START DATA FOR THIS TASK

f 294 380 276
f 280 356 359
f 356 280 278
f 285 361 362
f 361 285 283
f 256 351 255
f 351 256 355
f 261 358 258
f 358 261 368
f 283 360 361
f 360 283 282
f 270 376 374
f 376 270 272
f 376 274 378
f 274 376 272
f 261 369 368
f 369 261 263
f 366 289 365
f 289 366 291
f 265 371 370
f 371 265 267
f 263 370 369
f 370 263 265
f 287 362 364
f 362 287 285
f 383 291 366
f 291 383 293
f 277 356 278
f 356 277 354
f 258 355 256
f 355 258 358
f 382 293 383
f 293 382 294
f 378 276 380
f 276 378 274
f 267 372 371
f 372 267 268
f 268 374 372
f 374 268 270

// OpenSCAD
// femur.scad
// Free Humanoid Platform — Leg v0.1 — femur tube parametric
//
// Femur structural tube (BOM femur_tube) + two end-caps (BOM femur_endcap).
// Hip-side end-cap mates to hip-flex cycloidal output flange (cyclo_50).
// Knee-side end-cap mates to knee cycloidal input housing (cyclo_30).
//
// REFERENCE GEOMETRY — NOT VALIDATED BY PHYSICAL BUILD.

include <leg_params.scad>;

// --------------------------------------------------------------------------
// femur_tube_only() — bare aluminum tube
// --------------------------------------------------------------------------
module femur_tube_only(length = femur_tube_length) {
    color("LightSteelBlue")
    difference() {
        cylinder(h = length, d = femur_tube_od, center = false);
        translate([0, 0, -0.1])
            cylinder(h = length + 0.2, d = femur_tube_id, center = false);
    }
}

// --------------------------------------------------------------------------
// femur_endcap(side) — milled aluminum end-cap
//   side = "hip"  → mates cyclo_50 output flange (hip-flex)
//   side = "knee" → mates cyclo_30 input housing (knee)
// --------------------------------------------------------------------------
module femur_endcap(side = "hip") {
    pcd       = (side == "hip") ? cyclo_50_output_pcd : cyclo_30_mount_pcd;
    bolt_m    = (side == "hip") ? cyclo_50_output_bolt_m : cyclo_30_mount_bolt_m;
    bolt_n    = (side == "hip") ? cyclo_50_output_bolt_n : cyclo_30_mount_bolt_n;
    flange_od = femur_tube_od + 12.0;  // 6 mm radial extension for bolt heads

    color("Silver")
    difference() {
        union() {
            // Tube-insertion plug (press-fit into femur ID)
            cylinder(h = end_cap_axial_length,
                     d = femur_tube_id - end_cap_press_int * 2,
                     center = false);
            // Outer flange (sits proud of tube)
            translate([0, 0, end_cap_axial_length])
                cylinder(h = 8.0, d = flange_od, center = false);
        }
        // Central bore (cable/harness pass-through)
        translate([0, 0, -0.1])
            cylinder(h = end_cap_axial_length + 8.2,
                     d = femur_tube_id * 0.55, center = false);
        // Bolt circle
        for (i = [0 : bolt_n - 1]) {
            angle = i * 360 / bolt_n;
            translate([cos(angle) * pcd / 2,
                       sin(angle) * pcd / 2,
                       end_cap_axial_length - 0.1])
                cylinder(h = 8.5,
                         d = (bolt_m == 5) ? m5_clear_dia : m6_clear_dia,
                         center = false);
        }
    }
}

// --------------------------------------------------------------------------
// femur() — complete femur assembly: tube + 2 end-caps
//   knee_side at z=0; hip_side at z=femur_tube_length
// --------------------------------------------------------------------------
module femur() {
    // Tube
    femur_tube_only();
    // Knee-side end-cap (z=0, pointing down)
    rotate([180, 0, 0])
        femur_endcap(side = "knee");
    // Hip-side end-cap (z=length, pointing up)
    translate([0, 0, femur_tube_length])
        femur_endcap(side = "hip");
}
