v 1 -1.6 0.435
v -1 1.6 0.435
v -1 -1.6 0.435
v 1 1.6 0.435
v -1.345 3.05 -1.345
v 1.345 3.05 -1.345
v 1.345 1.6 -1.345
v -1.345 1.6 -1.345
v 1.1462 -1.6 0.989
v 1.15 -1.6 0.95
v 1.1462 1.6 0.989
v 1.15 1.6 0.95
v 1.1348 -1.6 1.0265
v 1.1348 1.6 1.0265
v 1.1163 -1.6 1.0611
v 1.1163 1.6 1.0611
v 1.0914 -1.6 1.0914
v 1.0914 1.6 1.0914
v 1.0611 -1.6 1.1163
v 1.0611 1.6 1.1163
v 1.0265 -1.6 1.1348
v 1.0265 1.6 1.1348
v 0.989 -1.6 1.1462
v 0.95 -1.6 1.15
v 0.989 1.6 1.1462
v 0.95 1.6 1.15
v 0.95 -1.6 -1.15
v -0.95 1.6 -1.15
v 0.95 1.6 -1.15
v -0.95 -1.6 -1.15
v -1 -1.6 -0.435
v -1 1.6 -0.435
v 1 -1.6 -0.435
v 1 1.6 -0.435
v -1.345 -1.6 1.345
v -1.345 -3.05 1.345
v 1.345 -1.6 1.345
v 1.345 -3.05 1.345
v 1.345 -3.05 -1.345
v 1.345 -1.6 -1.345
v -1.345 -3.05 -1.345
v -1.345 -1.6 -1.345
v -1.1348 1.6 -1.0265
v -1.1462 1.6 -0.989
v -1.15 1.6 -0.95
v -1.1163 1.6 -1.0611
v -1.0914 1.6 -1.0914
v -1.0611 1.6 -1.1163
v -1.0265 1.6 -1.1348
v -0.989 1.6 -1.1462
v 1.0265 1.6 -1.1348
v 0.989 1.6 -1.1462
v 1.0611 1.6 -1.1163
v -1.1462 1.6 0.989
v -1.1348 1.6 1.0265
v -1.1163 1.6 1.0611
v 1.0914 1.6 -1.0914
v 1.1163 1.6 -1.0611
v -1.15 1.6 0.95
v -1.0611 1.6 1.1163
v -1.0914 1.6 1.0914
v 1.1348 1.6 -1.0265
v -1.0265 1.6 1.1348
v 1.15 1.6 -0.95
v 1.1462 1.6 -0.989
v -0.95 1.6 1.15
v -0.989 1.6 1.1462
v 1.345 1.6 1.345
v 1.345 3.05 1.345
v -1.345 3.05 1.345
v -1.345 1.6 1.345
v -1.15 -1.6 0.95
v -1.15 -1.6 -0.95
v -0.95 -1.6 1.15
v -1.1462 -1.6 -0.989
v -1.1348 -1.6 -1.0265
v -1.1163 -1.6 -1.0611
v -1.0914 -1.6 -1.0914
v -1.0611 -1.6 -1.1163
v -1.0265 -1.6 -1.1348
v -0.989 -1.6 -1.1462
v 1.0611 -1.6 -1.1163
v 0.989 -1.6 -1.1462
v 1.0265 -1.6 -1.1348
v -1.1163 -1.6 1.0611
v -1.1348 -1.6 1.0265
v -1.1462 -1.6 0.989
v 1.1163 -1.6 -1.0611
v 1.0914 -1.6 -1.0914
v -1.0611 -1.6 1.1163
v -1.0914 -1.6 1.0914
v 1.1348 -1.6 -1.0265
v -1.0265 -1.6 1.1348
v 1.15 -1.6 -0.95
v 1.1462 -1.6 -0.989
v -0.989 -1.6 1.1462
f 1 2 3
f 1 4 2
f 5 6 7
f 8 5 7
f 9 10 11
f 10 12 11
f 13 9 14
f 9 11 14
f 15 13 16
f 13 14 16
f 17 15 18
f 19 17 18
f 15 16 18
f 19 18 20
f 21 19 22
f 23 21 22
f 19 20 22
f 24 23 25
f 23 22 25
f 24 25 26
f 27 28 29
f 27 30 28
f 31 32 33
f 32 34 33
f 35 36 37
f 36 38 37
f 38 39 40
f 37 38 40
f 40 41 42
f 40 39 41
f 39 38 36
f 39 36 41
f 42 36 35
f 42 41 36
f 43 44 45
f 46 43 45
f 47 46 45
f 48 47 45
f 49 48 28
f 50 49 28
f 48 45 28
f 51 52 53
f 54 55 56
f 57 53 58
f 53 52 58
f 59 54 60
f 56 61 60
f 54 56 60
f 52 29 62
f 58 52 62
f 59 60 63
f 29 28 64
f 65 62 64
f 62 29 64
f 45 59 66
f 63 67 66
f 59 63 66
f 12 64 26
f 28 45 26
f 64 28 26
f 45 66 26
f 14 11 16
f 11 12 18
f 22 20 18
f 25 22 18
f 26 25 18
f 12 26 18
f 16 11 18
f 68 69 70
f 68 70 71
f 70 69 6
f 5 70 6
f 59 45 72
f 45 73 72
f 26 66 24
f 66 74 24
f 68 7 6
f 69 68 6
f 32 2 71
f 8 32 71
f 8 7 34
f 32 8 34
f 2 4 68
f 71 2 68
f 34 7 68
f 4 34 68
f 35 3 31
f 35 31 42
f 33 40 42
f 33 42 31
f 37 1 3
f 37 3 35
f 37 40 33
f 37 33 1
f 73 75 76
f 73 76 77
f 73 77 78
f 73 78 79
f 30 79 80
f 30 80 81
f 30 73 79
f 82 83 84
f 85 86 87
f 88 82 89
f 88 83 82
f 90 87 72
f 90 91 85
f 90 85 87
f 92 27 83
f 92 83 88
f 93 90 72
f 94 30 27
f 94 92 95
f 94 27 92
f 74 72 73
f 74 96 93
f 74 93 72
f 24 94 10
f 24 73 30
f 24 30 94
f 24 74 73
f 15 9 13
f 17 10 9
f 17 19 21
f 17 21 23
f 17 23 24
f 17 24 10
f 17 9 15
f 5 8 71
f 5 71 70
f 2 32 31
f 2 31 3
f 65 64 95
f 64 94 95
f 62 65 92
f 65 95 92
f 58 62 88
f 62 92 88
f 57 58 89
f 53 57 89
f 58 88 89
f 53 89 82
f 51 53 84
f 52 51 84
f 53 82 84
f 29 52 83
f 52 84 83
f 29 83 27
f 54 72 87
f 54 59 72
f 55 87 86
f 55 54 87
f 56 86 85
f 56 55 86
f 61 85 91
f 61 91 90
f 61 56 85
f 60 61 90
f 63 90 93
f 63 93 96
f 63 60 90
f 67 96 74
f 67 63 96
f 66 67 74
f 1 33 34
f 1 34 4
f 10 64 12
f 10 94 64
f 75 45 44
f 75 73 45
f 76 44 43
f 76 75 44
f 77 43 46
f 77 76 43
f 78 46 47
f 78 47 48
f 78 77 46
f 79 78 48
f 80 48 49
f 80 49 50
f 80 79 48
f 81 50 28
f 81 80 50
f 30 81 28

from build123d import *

# Parameters (mm, degrees)
SKETCH_W                   = 2.3
SKETCH_H                   = 2.3
PAD_DEPTH                  = 1.6
FILLET_R                   = 0.2
PAD001_DEPTH               = 1.345
PAD001_MIRRORED_2_DEPTH    = 1.345
SKETCH002_W                = 0.4
SKETCH002_H                = 2.3
POCKET_DEPTH               = 1.6
SKETCH002_MIRRORED002_2_W  = 0.4
SKETCH002_MIRRORED002_2_H  = 2.3
POCKET_MIRRORED002_2_DEPTH = 1.6


with BuildPart() as body:
    # Sketch → Pad (new body, symmetric)
    with BuildSketch(Plane.XZ):
        Rectangle(SKETCH_W, SKETCH_H)
    extrude(amount=PAD_DEPTH, both=True)

    # Fillet
    fillet_edges = [body.edges().sort_by_distance(p)[0] for p in [
        (-1.15, 0, 1.15),
        (1.15, 0, 1.15),
        (1.15, 0, -1.15),
        (-1.15, 0, -1.15),
    ]]
    fillet(fillet_edges, radius=FILLET_R)


with BuildPart() as body001:
    # Sketch001 → Pad001 (new body, symmetric)
    with BuildSketch(Plane.YZ):
        Polygon((0, 0), (-3.05, 0), (-3.05, 1.345), (-1.6, 1.345), (-1.6, 0.435), (0, 0.435), align=None)
    pad001 = extrude(amount=PAD001_DEPTH, both=True)

    # Sketch001 Mirrored 2 → Pad001 Mirrored 2 (add, symmetric)
    with BuildSketch(Plane(origin=(0, 0, 0), x_dir=(0, -1, 0), z_dir=(-1, 0, 0))):
        Polygon((0, 0), (-3.05, 0), (-3.05, 1.345), (-1.6, 1.345), (-1.6, 0.435), (0, 0.435), align=None)
    pad001_mirrored_2 = extrude(amount=-PAD001_MIRRORED_2_DEPTH, both=True)

    # Mirrored001: Pad001, Pad001 Mirrored 2 across XY
    add(pad001.mirror(Plane.XY))
    add(pad001_mirrored_2.mirror(Plane.XY))

    # Sketch002 → Pocket (cut)
    with BuildSketch(Plane.XZ):
        with Locations((-1.2, 0)):
            Rectangle(SKETCH002_W, SKETCH002_H)
    pocket = extrude(amount=-POCKET_DEPTH, mode=Mode.SUBTRACT)

    # Sketch002 Mirrored002 2 → Pocket Mirrored002 2 (cut)
    with BuildSketch(Plane(origin=(0, 0, 0), x_dir=(-1, 0, 0), z_dir=(0, 1, 0))):
        with Locations((-1.2, 0)):
            Rectangle(SKETCH002_MIRRORED002_2_W, SKETCH002_MIRRORED002_2_H)
    pocket_mirrored002_2 = extrude(amount=POCKET_MIRRORED002_2_DEPTH, mode=Mode.SUBTRACT)

    # Mirrored003: Pocket, Pocket Mirrored002 2 across XZ
    add(pocket.mirror(Plane.XZ), mode=Mode.SUBTRACT)
    add(pocket_mirrored002_2.mirror(Plane.XZ), mode=Mode.SUBTRACT)


solid = Compound([body.part, body001.part])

END DATA FOR THIS TASK

### PROMPT
Your task is to repeat the records exactly. Begin at their first line and stop after the line containing "include <leg_params.scad>;".

### YOUR SOLUTION
f 294 380 276
f 280 356 359
f 356 280 278
f 285 361 362
f 361 285 283
f 256 351 255
f 351 256 355
f 261 358 258
f 358 261 368
f 283 360 361
f 360 283 282
f 270 376 374
f 376 270 272
f 376 274 378
f 274 376 272
f 261 369 368
f 369 261 263
f 366 289 365
f 289 366 291
f 265 371 370
f 371 265 267
f 263 370 369
f 370 263 265
f 287 362 364
f 362 287 285
f 383 291 366
f 291 383 293
f 277 356 278
f 356 277 354
f 258 355 256
f 355 258 358
f 382 293 383
f 293 382 294
f 378 276 380
f 276 378 274
f 267 372 371
f 372 267 268
f 268 374 372
f 374 268 270

// OpenSCAD
// femur.scad
// Free Humanoid Platform — Leg v0.1 — femur tube parametric
//
// Femur structural tube (BOM femur_tube) + two end-caps (BOM femur_endcap).
// Hip-side end-cap mates to hip-flex cycloidal output flange (cyclo_50).
// Knee-side end-cap mates to knee cycloidal input housing (cyclo_30).
//
// REFERENCE GEOMETRY — NOT VALIDATED BY PHYSICAL BUILD.

include <leg_params.scad>;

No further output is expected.